César Novoa Columnas

El legado positivo del fujimorismo

«La década que estabilizó la economía, enfrentó al terrorismo y reordenó las bases del Perú contemporáneo»

Nota de rigor editorial: este texto desarrolla una lectura positiva del legado fujimorista desde la estabilidad económica, la seguridad, la inversión privada y ciertas reformas institucionales. Reconocer esos aportes no implica negar las controversias democráticas, judiciales y de derechos humanos asociadas al periodo 1990-2000. La historia seria exige balance: identificar aquello que ayudó al Perú y, al mismo tiempo, preservar una ética republicana basada en verdad, legalidad y memoria.

«Una nación madura no niega sus logros ni oculta sus heridas: aprende de ambos para construir futuro.»
I. El punto de partida: un país al borde de la inviabilidad
Para comprender el legado positivo del fujimorismo no basta mirar el resultado final; hay que mirar el punto de partida. El Perú de 1990 no era simplemente un país con problemas. Era una economía devastada por la hiperinflación, una sociedad herida por el terrorismo, un Estado debilitado por el desorden fiscal, una institucionalidad desbordada y una ciudadanía atrapada entre el miedo, la escasez y la incertidumbre. La vida diaria se había convertido en una batalla contra precios que cambiaban sin control, apagones, coches bomba, mercados desabastecidos, salarios pulverizados y una sensación colectiva de fracaso nacional.


La memoria económica del Banco Central de Reserva del Perú registra que la inflación anual de 1990 alcanzó 7,650 %. Esa cifra no es un dato estadístico cualquiera: es la expresión de una catástrofe social. Cuando una moneda pierde valor a ese ritmo, el salario deja de ser protección, el ahorro se convierte en polvo y la planificación de las familias, las empresas y el Estado se vuelve casi imposible. En ese contexto, estabilizar no era una opción técnica; era una urgencia nacional.


El primer mérito histórico del fujimorismo fue haber entendido que un país sin estabilidad no puede construir futuro. Antes de discutir modelos ideológicos, el Perú necesitaba recuperar el valor del dinero, restaurar la confianza mínima en las reglas económicas y demostrar que el Estado todavía podía tomar decisiones difíciles para evitar la descomposición total.

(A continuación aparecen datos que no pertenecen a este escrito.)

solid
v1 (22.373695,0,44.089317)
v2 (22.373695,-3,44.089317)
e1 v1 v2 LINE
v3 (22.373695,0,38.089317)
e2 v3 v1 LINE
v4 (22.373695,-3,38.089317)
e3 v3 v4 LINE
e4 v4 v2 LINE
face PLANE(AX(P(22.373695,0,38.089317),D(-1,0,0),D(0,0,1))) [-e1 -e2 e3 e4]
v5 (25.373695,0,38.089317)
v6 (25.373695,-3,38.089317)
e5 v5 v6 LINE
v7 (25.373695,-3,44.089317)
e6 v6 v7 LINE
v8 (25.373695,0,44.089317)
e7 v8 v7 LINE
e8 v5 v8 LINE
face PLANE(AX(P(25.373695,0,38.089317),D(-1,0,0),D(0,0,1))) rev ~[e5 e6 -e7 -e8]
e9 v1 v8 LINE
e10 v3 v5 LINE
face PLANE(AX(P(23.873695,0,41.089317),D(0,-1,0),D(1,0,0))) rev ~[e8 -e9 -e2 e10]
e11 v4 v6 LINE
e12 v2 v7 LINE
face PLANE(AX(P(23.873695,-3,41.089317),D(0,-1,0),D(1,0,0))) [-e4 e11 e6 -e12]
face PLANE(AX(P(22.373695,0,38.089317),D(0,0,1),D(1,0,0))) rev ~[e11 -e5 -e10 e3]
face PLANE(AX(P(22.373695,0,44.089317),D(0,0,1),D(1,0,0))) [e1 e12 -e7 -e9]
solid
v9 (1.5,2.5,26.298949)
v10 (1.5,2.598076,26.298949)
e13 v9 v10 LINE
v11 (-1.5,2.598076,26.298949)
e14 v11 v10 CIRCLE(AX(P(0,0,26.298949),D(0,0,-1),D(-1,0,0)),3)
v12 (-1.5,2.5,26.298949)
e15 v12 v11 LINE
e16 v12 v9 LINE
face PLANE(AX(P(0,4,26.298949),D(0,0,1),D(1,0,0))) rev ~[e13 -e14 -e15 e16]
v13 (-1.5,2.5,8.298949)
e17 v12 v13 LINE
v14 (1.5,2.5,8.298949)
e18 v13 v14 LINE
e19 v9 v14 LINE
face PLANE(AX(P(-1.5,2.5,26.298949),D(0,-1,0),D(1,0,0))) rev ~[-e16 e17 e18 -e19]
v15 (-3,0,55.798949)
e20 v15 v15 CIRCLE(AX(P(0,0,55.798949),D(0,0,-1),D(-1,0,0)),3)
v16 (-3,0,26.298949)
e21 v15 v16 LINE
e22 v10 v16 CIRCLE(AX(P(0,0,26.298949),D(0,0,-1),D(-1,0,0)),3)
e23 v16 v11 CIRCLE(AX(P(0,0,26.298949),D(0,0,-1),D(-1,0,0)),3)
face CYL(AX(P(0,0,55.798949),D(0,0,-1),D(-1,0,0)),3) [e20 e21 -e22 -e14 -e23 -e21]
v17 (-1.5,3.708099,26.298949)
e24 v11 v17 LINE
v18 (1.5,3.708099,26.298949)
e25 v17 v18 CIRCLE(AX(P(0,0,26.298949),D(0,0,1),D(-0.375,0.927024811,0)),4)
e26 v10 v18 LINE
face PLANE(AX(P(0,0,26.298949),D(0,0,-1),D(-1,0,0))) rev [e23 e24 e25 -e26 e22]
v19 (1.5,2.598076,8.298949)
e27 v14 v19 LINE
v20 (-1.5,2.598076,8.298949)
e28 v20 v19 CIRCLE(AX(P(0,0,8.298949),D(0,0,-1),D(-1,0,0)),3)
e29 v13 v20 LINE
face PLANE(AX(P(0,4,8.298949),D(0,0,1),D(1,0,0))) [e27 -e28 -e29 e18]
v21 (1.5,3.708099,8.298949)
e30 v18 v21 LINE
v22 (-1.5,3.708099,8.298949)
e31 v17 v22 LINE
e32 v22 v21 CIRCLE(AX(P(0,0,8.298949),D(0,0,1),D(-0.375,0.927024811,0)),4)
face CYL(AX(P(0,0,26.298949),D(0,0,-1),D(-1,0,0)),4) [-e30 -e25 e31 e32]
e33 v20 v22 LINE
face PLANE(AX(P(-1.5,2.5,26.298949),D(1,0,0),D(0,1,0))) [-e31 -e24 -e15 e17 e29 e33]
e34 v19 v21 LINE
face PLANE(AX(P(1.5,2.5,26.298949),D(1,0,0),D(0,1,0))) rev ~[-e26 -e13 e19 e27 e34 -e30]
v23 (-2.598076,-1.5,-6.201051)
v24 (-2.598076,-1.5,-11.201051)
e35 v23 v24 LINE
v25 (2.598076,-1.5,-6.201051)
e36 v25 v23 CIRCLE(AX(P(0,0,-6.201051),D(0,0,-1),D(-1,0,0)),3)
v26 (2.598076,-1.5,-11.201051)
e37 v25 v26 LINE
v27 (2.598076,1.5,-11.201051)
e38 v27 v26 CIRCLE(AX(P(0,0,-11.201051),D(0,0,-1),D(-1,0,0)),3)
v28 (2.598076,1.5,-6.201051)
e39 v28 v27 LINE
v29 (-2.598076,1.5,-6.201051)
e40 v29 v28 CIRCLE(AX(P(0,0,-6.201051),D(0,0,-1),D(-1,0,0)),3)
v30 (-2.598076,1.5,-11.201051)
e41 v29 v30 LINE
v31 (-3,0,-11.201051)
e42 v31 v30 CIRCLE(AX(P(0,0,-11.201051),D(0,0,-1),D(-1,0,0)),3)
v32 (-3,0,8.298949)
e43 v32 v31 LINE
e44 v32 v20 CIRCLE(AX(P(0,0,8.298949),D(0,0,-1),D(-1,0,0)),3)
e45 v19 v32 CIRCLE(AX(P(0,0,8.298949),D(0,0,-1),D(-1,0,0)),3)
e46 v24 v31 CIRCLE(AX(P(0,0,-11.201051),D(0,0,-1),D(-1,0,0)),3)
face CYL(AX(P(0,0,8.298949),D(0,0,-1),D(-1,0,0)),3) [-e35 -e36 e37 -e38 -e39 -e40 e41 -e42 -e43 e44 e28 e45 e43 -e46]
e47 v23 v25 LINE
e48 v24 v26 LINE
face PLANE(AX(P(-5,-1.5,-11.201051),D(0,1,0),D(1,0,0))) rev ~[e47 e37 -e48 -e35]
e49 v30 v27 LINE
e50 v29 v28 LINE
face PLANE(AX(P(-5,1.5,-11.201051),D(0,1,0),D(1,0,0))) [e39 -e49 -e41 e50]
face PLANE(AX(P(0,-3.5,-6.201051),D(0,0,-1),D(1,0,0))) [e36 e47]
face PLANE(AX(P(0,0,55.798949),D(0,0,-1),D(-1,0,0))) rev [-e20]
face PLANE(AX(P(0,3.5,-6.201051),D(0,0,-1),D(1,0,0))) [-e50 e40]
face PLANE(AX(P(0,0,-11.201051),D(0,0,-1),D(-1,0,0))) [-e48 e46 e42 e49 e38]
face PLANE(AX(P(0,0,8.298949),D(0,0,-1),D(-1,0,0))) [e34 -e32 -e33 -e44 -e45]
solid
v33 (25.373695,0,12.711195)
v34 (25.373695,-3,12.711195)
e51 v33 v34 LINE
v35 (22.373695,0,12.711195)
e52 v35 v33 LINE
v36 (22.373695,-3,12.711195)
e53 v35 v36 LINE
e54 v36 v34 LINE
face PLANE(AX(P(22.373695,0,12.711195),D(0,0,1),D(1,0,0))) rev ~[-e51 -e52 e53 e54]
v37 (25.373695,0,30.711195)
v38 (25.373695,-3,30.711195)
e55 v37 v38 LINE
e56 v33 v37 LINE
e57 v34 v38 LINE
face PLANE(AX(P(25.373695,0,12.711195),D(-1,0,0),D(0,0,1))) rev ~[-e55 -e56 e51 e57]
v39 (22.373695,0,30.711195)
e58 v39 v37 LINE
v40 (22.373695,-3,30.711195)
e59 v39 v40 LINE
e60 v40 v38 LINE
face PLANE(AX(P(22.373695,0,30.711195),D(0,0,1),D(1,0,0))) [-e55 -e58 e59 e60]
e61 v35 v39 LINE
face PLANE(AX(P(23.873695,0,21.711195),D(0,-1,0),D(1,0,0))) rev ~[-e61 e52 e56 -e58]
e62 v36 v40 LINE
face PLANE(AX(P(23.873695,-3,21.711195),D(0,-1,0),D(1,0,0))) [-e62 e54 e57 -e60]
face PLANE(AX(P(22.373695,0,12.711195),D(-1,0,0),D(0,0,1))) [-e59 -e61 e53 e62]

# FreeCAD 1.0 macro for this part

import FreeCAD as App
import Part
import Sketcher

V = App.Vector

doc = App.newDocument("Part")
body = doc.addObject("PartDesign::Body", "Body")

# Sketch on XZ plane
sketch1 = body.newObject("Sketcher::SketchObject", "Sketch")
sketch1.AttachmentSupport = (doc.getObject("XZ_Plane"), [""])
sketch1.MapMode = "FlatFace"
sketch1.addGeometry([
    Part.LineSegment(V(0, -11.201051, 0), V(0, 55.798949, 0)),  # 0
    Part.LineSegment(V(0, 55.798949, 0), V(-3, 55.798949, 0)),  # 1
    Part.LineSegment(V(-3, 55.798949, 0), V(-3, 26.298949, 0)),  # 2
    Part.LineSegment(V(-3, 26.298949, 0), V(-4, 26.298949, 0)),  # 3
    Part.LineSegment(V(-4, 26.298949, 0), V(-4, 8.298949, 0)),  # 4
    Part.LineSegment(V(-4, 8.298949, 0), V(-3, 8.298949, 0)),  # 5
    Part.LineSegment(V(-3, 8.298949, 0), V(-3, -11.201051, 0)),  # 6
    Part.LineSegment(V(-3, -11.201051, 0), V(0, -11.201051, 0)),  # 7
], False)
sketch1.addConstraint([
    Sketcher.Constraint("Coincident", 0, 2, 1, 1),
    Sketcher.Constraint("Coincident", 1, 2, 2, 1),
    Sketcher.Constraint("Coincident", 2, 2, 3, 1),
    Sketcher.Constraint("Coincident", 3, 2, 4, 1),
    Sketcher.Constraint("Coincident", 4, 2, 5, 1),
    Sketcher.Constraint("Coincident", 5, 2, 6, 1),
    Sketcher.Constraint("Coincident", 6, 2, 7, 1),
    Sketcher.Constraint("Coincident", 7, 2, 0, 1),
    Sketcher.Constraint("Vertical", 0),
    Sketcher.Constraint("Horizontal", 1),
    Sketcher.Constraint("Vertical", 2),
    Sketcher.Constraint("Horizontal", 3),
    Sketcher.Constraint("Vertical", 4),
    Sketcher.Constraint("Horizontal", 5),
    Sketcher.Constraint("Vertical", 6),
    Sketcher.Constraint("Horizontal", 7),
    Sketcher.Constraint("PointOnObject", 0, 2, -2),
    Sketcher.Constraint("Vertical", 2, 2, 5, 2),
    Sketcher.Constraint("DistanceX", 1, 2, 1, 1, 3.0),
    Sketcher.Constraint("DistanceX", 3, 2, 3, 1, 1.0),
    Sketcher.Constraint("DistanceY", 0, 1, 0, 2, 67.0),
    Sketcher.Constraint("DistanceY", 4, 2, 4, 1, 18.0),
    Sketcher.Constraint("DistanceY", 2, 2, 2, 1, 29.5),
    Sketcher.Constraint("DistanceY", -1, 1, 0, 2, 55.798949),
])
revolution = body.newObject("PartDesign::Revolution", "Revolution")
revolution.Profile = sketch1
revolution.ReferenceAxis = (sketch1, ["V_Axis"])
revolution.Angle = 360
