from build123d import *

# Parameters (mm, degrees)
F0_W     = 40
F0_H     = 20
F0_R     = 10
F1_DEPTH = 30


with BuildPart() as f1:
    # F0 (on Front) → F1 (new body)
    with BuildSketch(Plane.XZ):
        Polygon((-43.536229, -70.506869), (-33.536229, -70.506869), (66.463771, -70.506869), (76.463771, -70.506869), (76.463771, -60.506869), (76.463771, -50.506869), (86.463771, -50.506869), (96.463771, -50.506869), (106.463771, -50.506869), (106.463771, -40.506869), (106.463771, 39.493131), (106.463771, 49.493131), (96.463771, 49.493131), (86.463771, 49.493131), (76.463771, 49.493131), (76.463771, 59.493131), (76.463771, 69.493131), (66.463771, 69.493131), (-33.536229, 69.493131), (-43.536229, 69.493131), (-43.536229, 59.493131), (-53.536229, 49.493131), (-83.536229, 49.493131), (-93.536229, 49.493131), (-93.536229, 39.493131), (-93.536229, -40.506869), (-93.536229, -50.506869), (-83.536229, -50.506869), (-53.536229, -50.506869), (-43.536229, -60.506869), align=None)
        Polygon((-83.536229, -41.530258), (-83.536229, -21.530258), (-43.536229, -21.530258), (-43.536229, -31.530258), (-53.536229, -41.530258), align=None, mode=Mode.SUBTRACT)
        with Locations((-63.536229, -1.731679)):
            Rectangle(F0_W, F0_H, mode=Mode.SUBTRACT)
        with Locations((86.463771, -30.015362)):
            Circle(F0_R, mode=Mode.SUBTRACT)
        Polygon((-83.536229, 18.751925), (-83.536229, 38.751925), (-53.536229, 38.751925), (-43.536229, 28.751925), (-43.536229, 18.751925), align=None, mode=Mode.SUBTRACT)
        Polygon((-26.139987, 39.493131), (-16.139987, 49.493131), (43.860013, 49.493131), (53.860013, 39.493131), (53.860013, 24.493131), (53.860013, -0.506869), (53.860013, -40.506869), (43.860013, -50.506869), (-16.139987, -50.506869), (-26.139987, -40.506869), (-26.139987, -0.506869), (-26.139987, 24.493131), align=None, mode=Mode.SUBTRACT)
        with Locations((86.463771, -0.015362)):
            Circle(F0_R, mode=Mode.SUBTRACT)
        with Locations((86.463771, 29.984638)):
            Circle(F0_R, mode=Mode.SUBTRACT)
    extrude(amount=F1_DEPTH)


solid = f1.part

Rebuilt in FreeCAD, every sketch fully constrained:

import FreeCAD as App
import Part
import Sketcher
from FreeCAD import Vector

doc = App.newDocument("Part")
body = doc.addObject("PartDesign::Body", "Body")

sketch1 = doc.addObject("Sketcher::SketchObject", "Sketch")
body.addObject(sketch1)
sketch1.AttachmentSupport = (doc.XZ_Plane, [""])
sketch1.MapMode = "FlatFace"
sketch1.addGeometry([
    Part.LineSegment(Vector(-44, -71, 0), Vector(76, -71, 0)),
    Part.LineSegment(Vector(76, -71, 0), Vector(76, -51, 0)),
    Part.LineSegment(Vector(76, -51, 0), Vector(106, -51, 0)),
    Part.LineSegment(Vector(106, -51, 0), Vector(106, 49, 0)),
    Part.LineSegment(Vector(106, 49, 0), Vector(76, 49, 0)),
    Part.LineSegment(Vector(76, 49, 0), Vector(76, 69, 0)),
    Part.LineSegment(Vector(76, 69, 0), Vector(-44, 69, 0)),
    Part.LineSegment(Vector(-44, 69, 0), Vector(-44, 59, 0)),
    Part.LineSegment(Vector(-44, 59, 0), Vector(-54, 49, 0)),
    Part.LineSegment(Vector(-54, 49, 0), Vector(-94, 49, 0)),
    Part.LineSegment(Vector(-94, 49, 0), Vector(-94, -51, 0)),
    Part.LineSegment(Vector(-94, -51, 0), Vector(-54, -51, 0)),
    Part.LineSegment(Vector(-54, -51, 0), Vector(-44, -61, 0)),
    Part.LineSegment(Vector(-44, -61, 0), Vector(-44, -71, 0)),
    Part.LineSegment(Vector(-54, -42, 0), Vector(-84, -42, 0)),
    Part.LineSegment(Vector(-84, -42, 0), Vector(-84, -22, 0)),
    Part.LineSegment(Vector(-84, -22, 0), Vector(-44, -22, 0)),
    Part.LineSegment(Vector(-44, -22, 0), Vector(-44, -32, 0)),
    Part.LineSegment(Vector(-44, -32, 0), Vector(-54, -42, 0)),
    Part.LineSegment(Vector(-44, -12, 0), Vector(-84, -12, 0)),
    Part.LineSegment(Vector(-84, -12, 0), Vector(-84, 8, 0)),
    Part.LineSegment(Vector(-84, 8, 0), Vector(-44, 8, 0)),
    Part.LineSegment(Vector(-44, 8, 0), Vector(-44, -12, 0)),
    Part.Circle(Vector(86, -30, 0), Vector(0, 0, 1), 10),
    Part.LineSegment(Vector(-44, 19, 0), Vector(-84, 19, 0)),
    Part.LineSegment(Vector(-84, 19, 0), Vector(-84, 39, 0)),
    Part.LineSegment(Vector(-84, 39, 0), Vector(-54, 39, 0)),
    Part.LineSegment(Vector(-54, 39, 0), Vector(-44, 29, 0)),
    Part.LineSegment(Vector(-44, 29, 0), Vector(-44, 19, 0)),
    Part.LineSegment(Vector(-26, -41, 0), Vector(-26, 39, 0)),
    Part.LineSegment(Vector(-26, 39, 0), Vector(-16, 49, 0)),
    Part.LineSegment(Vector(-16, 49, 0), Vector(44, 49, 0)),
    Part.LineSegment(Vector(44, 49, 0), Vector(54, 39, 0)),
    Part.LineSegment(Vector(54, 39, 0), Vector(54, -41, 0)),
    Part.LineSegment(Vector(54, -41, 0), Vector(44, -51, 0)),
    Part.LineSegment(Vector(44, -51, 0), Vector(-16, -51, 0)),
    Part.LineSegment(Vector(-16, -51, 0), Vector(-26, -41, 0)),
    Part.Circle(Vector(86, 0, 0), Vector(0, 0, 1), 10),
    Part.Circle(Vector(86, 30, 0), Vector(0, 0, 1), 10),
], False)
sketch1.addConstraint([
    Sketcher.Constraint("Coincident", 0, 2, 1, 1),
    Sketcher.Constraint("Coincident", 1, 2, 2, 1),
    Sketcher.Constraint("Coincident", 2, 2, 3, 1),
    Sketcher.Constraint("Coincident", 3, 2, 4, 1),
    Sketcher.Constraint("Coincident", 4, 2, 5, 1),
    Sketcher.Constraint("Coincident", 5, 2, 6, 1),
    Sketcher.Constraint("Coincident", 6, 2, 7, 1),
    Sketcher.Constraint("Coincident", 7, 2, 8, 1),
    Sketcher.Constraint("Coincident", 8, 2, 9, 1),
    Sketcher.Constraint("Coincident", 9, 2, 10, 1),
    Sketcher.Constraint("Coincident", 10, 2, 11, 1),
    Sketcher.Constraint("Coincident", 11, 2, 12, 1),
    Sketcher.Constraint("Coincident", 12, 2, 13, 1),
    Sketcher.Constraint("Coincident", 13, 2, 0, 1),
    Sketcher.Constraint("Coincident", 14, 2, 15, 1),
    Sketcher.Constraint("Coincident", 15, 2, 16, 1),
    Sketcher.Constraint("Coincident", 16, 2, 17, 1),
    Sketcher.Constraint("Coincident", 17, 2, 18, 1),
    Sketcher.Constraint("Coincident", 18, 2, 14, 1),
    Sketcher.Constraint("Coincident", 19, 2, 20, 1),
    Sketcher.Constraint("Coincident", 20, 2, 21, 1),
    Sketcher.Constraint("Coincident", 21, 2, 22, 1),
    Sketcher.Constraint("Coincident", 22, 2, 19, 1),
    Sketcher.Constraint("Coincident", 24, 2, 25, 1),
    Sketcher.Constraint("Coincident", 25, 2, 26, 1),
    Sketcher.Constraint("Coincident", 26, 2, 27, 1),
    Sketcher.Constraint("Coincident", 27, 2, 28, 1),
    Sketcher.Constraint("Coincident", 28, 2, 24, 1),
    Sketcher.Constraint("Coincident", 29, 2, 30, 1),
    Sketcher.Constraint("Coincident", 30, 2, 31, 1),
    Sketcher.Constraint("Coincident", 31, 2, 32, 1),
    Sketcher.Constraint("Coincident", 32, 2, 33, 1),
    Sketcher.Constraint("Coincident", 33, 2, 34, 1),
    Sketcher.Constraint("Coincident", 34, 2, 35, 1),
    Sketcher.Constraint("Coincident", 35, 2, 36, 1),
    Sketcher.Constraint("Coincident", 36, 2, 29, 1),
    Sketcher.Constraint("Horizontal", 0),
    Sketcher.Constraint("Vertical", 1),
    Sketcher.Constraint("Horizontal", 2),
    Sketcher.Constraint("Vertical", 3),
    Sketcher.Constraint("Horizontal", 4),
    Sketcher.Constraint("Vertical", 5),
    Sketcher.Constraint("Horizontal", 6),
    Sketcher.Constraint("Vertical", 7),
    Sketcher.Constraint("Horizontal", 9),
    Sketcher.Constraint("Vertical", 10),
    Sketcher.Constraint("Horizontal", 11),
    Sketcher.Constraint("Vertical", 13),
    Sketcher.Constraint("Horizontal", 14),
    Sketcher.Constraint("Vertical", 15),
    Sketcher.Constraint("Horizontal", 16),
    Sketcher.Constraint("Vertical", 17),
    Sketcher.Constraint("Horizontal", 19),
    Sketcher.Constraint("Vertical", 20),
    Sketcher.Constraint("Horizontal", 21),
    Sketcher.Constraint("Vertical", 22),
    Sketcher.Constraint("Horizontal", 24),
    Sketcher.Constraint("Vertical", 25),
    Sketcher.Constraint("Horizontal", 26),
    Sketcher.Constraint("Vertical", 28),
    Sketcher.Constraint("Vertical", 29),
    Sketcher.Constraint("Horizontal", 31),
    Sketcher.Constraint("Vertical", 33),
    Sketcher.Constraint("Horizontal", 35),
    Sketcher.Constraint("Equal", 23, 37),
    Sketcher.Constraint("Equal", 37, 38),
    Sketcher.Constraint("Perpendicular", 8, 12),
    Sketcher.Constraint("Perpendicular", 12, 18),
    Sketcher.Constraint("Perpendicular", 18, 27),
    Sketcher.Constraint("Perpendicular", 27, 30),
    Sketcher.Constraint("Perpendicular", 30, 32),
    Sketcher.Constraint("Perpendicular", 32, 34),
    Sketcher.Constraint("Perpendicular", 34, 36),
    Sketcher.Constraint("Horizontal", 4, 2, 8, 2),
    Sketcher.Constraint("Horizontal", 2, 2, 10, 2),
    Sketcher.Constraint("Horizontal", 9, 2, 30, 2),
    Sketcher.Constraint("Horizontal", 29, 2, 32, 2),
    Sketcher.Constraint("Horizontal", 11, 2, 34, 2),
    Sketcher.Constraint("Horizontal", 33, 2, 36, 2),
    Sketcher.Constraint("Vertical", 23, 3, 37, 3),
    Sketcher.Constraint("Vertical", 37, 3, 38, 3),
    Sketcher.Constraint("Vertical", 1, 2, 4, 2),
    Sketcher.Constraint("Vertical", 8, 2, 11, 2),
    Sketcher.Constraint("Vertical", 7, 2, 12, 2),
    Sketcher.Constraint("Vertical", 13, 2, 16, 2),
    Sketcher.Constraint("Vertical", 11, 2, 18, 2),
    Sketcher.Constraint("Vertical", 15, 2, 19, 2),
    Sketcher.Constraint("Vertical", 17, 2, 21, 2),
    Sketcher.Constraint("Vertical", 20, 2, 24, 2),
    Sketcher.Constraint("Vertical", 18, 2, 26, 2),
    Sketcher.Constraint("Vertical", 22, 2, 27, 2),
    Sketcher.Constraint("Vertical", 31, 2, 34, 2),
    Sketcher.Constraint("Vertical", 30, 2, 35, 2),
    Sketcher.Constraint("Equal", 4, 14),
    Sketcher.Constraint("Equal", 11, 16),
    Sketcher.Constraint("Equal", 1, 5),
    Sketcher.Constraint("Equal", 5, 15),
    Sketcher.Constraint("Equal", 15, 20),
    Sketcher.Constraint("Equal", 22, 25),
    Sketcher.Constraint("Equal", 27, 30),
    Sketcher.Constraint("Diameter", 23, 20.0),
    Sketcher.Constraint("DistanceX", 0, 1, 0, 2, 120.0),
    Sketcher.Constraint("DistanceX", 2, 1, 2, 2, 30.0),
    Sketcher.Constraint("DistanceX", 9, 2, 9, 1, 40.0),
    Sketcher.Constraint("DistanceX", 31, 1, 31, 2, 60.0),
    Sketcher.Constraint("DistanceY", 1, 1, 1, 2, 20.0),
    Sketcher.Constraint("DistanceY", 3, 1, 3, 2, 100.0),
    Sketcher.Constraint("DistanceY", 23, 3, 37, 3, 30.0),
    Sketcher.Constraint("DistanceY", 37, 3, 38, 3, 30.0),
    Sketcher.Constraint("DistanceX", 0, 2, 23, 3, 10.0),
    Sketcher.Constraint("DistanceX", -1, 1, 23, 3, 86.463771),
    Sketcher.Constraint("DistanceY", 23, 3, -1, 1, 30.015362),
    Sketcher.Constraint("DistanceY", 0, 2, -1, 1, 70.506869),
    Sketcher.Constraint("DistanceY", 14, 2, -1, 1, 41.530258),
    Sketcher.Constraint("DistanceY", 19, 2, -1, 1, 11.731679),
    Sketcher.Constraint("DistanceX", 27, 2, 29, 2, 17.396242),
    Sketcher.Constraint("DistanceY", -1, 1, 24, 2, 18.751925),
])
pad1 = doc.addObject("PartDesign::Pad", "Pad")
body.addObject(pad1)
pad1.Profile = sketch1
pad1.Length = 30

doc.recompute()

II. Estabilidad macroeconómica: el legado silencioso que sostuvo al Perú moderno
El mayor aporte económico del fujimorismo fue la estabilización macroeconómica. La reducción de la hiperinflación no solo ordenó cifras; cambió la vida material del país. Permitió que las empresas volvieran a calcular costos, que las familias volvieran a proyectar gastos, que los contratos recuperaran sentido y que la inversión empezara a mirar nuevamente al Perú como un territorio posible.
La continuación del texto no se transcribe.